> [Dataset entries]:

[Start of Attachment]

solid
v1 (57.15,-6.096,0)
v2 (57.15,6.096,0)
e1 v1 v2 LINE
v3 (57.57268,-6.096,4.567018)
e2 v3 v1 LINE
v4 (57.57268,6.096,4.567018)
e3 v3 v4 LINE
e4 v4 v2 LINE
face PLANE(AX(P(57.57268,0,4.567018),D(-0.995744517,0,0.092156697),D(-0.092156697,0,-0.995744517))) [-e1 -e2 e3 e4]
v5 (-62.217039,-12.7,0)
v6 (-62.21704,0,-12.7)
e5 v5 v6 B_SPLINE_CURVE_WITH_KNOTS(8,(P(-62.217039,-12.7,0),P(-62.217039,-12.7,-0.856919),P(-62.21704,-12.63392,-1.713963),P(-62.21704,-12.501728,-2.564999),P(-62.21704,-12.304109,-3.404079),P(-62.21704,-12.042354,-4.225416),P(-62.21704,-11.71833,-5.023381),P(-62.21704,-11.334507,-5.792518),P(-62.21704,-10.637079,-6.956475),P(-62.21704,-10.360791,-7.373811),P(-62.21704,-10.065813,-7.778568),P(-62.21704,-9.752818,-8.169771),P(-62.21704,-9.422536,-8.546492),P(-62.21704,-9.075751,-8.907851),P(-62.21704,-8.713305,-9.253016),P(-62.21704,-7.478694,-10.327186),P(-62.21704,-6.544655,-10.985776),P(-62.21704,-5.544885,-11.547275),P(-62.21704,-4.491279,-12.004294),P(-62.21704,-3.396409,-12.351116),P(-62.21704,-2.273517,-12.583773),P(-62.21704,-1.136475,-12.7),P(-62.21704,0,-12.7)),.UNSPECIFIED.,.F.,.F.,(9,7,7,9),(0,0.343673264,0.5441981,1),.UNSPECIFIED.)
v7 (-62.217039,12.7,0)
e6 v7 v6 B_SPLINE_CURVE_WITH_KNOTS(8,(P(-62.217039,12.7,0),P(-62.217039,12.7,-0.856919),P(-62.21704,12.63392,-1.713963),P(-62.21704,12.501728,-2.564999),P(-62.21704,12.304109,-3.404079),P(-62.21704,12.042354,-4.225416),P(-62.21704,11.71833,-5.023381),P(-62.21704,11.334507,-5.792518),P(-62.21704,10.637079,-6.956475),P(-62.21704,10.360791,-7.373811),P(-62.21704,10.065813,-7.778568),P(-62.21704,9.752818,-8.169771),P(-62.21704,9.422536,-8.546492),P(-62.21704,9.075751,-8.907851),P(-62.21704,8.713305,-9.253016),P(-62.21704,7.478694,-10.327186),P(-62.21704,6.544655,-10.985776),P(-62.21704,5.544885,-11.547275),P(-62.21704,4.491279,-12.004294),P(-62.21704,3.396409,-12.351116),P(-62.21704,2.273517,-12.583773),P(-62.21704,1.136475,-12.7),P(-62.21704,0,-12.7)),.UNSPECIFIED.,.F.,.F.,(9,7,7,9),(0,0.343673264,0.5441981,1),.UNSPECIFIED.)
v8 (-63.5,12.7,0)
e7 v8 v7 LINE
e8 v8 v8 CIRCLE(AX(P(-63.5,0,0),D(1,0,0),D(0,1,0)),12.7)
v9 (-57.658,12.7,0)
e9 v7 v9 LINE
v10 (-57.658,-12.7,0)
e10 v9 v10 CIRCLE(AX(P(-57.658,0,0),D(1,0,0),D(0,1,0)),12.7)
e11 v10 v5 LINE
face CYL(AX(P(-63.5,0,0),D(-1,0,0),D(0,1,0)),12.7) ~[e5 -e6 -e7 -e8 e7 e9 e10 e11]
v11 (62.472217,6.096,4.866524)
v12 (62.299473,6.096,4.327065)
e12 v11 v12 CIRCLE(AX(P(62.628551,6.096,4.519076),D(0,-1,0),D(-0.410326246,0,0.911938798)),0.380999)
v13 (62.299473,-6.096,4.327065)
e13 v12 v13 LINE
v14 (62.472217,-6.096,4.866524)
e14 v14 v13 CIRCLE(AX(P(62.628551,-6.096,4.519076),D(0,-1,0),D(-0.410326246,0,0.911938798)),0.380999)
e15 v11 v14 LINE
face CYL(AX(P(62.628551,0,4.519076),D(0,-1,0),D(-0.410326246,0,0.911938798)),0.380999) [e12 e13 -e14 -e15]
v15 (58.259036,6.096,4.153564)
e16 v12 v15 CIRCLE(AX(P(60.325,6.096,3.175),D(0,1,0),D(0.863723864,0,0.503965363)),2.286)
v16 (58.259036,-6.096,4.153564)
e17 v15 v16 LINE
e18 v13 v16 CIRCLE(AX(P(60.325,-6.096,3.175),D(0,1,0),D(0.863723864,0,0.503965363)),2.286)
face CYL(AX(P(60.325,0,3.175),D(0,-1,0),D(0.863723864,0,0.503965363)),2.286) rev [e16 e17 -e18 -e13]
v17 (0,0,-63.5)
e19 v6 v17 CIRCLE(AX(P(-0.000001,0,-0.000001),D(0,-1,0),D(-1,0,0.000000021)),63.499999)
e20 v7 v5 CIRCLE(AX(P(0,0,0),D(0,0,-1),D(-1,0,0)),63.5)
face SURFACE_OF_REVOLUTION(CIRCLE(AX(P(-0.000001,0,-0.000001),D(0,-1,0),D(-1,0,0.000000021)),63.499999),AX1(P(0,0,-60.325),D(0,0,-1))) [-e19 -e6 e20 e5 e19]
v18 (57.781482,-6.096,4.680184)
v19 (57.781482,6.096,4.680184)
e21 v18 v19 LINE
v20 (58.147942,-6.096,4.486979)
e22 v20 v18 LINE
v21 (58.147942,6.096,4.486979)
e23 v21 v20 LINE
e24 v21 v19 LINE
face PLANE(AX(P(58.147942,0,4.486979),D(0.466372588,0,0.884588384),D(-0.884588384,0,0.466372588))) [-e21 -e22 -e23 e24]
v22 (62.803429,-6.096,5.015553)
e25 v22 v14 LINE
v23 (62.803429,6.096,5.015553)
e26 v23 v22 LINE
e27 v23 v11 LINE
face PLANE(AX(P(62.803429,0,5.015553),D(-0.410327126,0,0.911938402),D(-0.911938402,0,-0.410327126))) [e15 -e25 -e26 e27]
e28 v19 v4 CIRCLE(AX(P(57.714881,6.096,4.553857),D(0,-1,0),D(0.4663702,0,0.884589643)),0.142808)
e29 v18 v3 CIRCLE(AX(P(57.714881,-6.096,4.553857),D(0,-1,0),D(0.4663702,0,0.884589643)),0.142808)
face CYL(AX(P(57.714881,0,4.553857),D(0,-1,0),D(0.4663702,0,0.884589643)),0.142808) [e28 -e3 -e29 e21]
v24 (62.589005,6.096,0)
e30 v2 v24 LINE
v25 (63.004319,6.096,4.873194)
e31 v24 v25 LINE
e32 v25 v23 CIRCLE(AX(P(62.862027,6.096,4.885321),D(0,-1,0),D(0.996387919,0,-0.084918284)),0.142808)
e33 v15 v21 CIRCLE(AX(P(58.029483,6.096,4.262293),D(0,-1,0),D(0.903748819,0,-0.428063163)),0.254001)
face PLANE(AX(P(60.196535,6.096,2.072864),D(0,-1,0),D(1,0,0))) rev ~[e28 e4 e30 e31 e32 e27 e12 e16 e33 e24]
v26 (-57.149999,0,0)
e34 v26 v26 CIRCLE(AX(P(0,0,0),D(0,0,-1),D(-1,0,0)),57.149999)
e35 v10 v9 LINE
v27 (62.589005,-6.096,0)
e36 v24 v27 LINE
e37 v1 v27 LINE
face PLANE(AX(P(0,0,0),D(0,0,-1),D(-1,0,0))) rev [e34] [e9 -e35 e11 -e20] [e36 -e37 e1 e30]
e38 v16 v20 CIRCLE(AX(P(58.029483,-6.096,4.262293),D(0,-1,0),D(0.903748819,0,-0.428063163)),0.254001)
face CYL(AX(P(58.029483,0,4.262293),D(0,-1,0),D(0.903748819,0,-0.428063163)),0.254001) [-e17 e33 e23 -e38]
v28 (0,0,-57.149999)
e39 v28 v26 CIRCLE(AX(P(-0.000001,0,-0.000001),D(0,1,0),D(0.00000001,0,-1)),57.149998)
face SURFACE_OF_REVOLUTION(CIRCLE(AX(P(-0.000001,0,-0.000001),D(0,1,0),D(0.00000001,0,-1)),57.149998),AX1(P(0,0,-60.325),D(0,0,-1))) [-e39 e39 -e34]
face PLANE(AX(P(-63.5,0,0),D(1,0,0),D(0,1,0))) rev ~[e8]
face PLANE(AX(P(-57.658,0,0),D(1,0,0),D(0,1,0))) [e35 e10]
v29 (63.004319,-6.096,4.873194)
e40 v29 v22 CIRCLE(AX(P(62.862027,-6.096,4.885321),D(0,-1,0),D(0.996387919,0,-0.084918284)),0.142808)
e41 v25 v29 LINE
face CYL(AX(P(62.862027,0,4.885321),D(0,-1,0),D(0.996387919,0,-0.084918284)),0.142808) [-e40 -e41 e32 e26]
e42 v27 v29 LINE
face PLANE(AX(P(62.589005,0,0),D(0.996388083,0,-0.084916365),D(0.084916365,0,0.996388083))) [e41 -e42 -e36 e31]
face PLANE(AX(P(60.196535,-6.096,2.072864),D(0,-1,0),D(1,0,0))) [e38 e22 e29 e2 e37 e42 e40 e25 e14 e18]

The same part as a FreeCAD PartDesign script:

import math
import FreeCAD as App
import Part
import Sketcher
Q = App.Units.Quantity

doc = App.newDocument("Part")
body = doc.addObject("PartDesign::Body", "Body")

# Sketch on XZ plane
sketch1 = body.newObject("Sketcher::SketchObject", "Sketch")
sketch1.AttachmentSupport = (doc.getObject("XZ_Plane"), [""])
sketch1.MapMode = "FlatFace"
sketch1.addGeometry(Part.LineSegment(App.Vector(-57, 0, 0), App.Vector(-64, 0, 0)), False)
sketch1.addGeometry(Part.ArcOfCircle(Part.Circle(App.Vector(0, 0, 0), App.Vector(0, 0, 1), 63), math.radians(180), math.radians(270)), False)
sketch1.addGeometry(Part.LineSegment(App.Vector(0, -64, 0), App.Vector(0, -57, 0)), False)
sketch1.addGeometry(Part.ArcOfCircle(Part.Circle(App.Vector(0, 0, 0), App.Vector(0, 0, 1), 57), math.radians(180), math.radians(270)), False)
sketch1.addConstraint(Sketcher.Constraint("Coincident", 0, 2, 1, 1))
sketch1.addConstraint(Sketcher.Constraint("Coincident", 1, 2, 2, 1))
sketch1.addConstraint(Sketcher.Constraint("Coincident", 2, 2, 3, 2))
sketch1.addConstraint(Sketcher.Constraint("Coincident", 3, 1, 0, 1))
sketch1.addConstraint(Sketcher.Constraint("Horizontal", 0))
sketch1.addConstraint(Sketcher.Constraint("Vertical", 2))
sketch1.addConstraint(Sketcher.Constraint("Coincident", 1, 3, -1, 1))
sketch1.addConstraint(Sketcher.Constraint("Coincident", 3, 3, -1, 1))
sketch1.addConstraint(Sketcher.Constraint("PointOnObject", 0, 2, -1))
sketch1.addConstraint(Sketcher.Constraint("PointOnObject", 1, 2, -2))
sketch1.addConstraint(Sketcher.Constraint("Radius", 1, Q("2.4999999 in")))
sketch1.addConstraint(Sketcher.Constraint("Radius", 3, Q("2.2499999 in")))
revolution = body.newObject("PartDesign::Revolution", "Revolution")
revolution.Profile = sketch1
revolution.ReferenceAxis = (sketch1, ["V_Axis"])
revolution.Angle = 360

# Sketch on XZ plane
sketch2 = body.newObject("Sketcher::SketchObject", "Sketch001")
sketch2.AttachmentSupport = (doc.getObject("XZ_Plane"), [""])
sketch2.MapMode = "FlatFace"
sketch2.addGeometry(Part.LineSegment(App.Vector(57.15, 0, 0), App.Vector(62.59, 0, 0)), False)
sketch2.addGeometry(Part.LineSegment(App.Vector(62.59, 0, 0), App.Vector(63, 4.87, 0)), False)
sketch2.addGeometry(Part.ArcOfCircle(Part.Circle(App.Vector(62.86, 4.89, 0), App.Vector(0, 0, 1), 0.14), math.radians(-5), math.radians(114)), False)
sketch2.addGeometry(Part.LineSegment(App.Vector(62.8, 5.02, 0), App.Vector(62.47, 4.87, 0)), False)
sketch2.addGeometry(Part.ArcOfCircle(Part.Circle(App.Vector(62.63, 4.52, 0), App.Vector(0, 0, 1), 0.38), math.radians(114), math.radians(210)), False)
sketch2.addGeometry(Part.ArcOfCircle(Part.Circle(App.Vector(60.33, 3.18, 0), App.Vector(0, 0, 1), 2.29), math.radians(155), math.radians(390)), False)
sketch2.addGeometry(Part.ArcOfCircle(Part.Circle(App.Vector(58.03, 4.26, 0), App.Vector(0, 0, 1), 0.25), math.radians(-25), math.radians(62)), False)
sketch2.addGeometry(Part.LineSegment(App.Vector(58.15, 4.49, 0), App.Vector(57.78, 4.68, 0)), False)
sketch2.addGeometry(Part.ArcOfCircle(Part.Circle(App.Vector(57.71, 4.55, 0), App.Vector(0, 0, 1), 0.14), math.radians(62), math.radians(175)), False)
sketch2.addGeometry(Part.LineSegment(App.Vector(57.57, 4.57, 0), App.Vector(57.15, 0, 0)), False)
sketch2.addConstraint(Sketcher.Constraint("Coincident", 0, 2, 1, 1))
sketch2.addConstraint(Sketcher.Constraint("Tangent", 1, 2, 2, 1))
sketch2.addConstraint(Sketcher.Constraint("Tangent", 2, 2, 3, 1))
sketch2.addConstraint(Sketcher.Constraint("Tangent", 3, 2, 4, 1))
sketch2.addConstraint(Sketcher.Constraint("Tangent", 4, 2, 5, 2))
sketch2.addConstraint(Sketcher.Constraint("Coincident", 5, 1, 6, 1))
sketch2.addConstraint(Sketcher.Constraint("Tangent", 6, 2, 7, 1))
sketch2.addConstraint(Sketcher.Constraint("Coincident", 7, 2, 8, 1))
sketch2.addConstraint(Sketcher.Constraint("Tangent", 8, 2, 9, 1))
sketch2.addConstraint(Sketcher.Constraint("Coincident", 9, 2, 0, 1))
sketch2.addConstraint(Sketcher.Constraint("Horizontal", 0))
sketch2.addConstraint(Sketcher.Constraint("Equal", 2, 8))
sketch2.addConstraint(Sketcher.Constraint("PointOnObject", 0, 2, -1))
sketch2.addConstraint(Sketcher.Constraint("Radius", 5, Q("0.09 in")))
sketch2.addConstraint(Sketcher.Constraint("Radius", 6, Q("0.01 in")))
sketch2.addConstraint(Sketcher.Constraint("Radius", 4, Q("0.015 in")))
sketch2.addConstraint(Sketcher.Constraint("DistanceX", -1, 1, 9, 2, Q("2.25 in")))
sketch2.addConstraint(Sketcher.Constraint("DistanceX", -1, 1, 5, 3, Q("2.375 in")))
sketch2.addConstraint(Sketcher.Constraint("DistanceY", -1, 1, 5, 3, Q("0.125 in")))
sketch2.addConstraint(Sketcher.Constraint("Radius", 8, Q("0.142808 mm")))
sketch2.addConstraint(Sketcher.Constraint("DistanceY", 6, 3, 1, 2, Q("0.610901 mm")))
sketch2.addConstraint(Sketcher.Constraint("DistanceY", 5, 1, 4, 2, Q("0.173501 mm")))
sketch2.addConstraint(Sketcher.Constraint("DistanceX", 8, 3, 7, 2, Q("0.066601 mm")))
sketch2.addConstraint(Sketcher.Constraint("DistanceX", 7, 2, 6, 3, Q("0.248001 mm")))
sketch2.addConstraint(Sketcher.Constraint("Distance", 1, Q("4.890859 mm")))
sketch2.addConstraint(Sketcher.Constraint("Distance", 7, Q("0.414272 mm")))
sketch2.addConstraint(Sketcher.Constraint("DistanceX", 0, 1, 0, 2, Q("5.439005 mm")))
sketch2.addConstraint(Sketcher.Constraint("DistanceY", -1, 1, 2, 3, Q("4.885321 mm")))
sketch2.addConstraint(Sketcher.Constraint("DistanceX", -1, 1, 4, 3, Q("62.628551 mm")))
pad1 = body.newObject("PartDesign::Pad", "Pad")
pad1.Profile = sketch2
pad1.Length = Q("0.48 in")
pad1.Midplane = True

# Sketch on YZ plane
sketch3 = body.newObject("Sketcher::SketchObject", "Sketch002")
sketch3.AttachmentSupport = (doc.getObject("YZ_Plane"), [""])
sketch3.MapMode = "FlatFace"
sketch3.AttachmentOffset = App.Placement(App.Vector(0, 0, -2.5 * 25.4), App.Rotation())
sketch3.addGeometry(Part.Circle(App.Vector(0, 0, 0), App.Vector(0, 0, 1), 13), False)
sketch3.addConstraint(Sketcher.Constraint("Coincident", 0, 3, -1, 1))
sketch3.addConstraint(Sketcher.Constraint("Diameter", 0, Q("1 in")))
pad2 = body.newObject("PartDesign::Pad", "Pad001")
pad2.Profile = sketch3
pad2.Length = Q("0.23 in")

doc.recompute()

[End of Attachment]

> [HOW TO COMPLETE THIS TASK]:
From the entries above, print the lines beginning at the one with "face PLANE(AX(P(-57.658,0,0),D(1,0,0),D(0,1,0))) [e35" and stopping after the one with "-e42 -e36 e31]", exactly as written and with nothing else.

> [TASK ANSWER]:
face PLANE(AX(P(-57.658,0,0),D(1,0,0),D(0,1,0))) [e35 e10]
v29 (63.004319,-6.096,4.873194)
e40 v29 v22 CIRCLE(AX(P(62.862027,-6.096,4.885321),D(0,-1,0),D(0.996387919,0,-0.084918284)),0.142808)
e41 v25 v29 LINE
face CYL(AX(P(62.862027,0,4.885321),D(0,-1,0),D(0.996387919,0,-0.084918284)),0.142808) [-e40 -e41 e32 e26]
e42 v27 v29 LINE
face PLANE(AX(P(62.589005,0,0),D(0.996388083,0,-0.084916365),D(0.084916365,0,0.996388083))) [e41 -e42 -e36 e31]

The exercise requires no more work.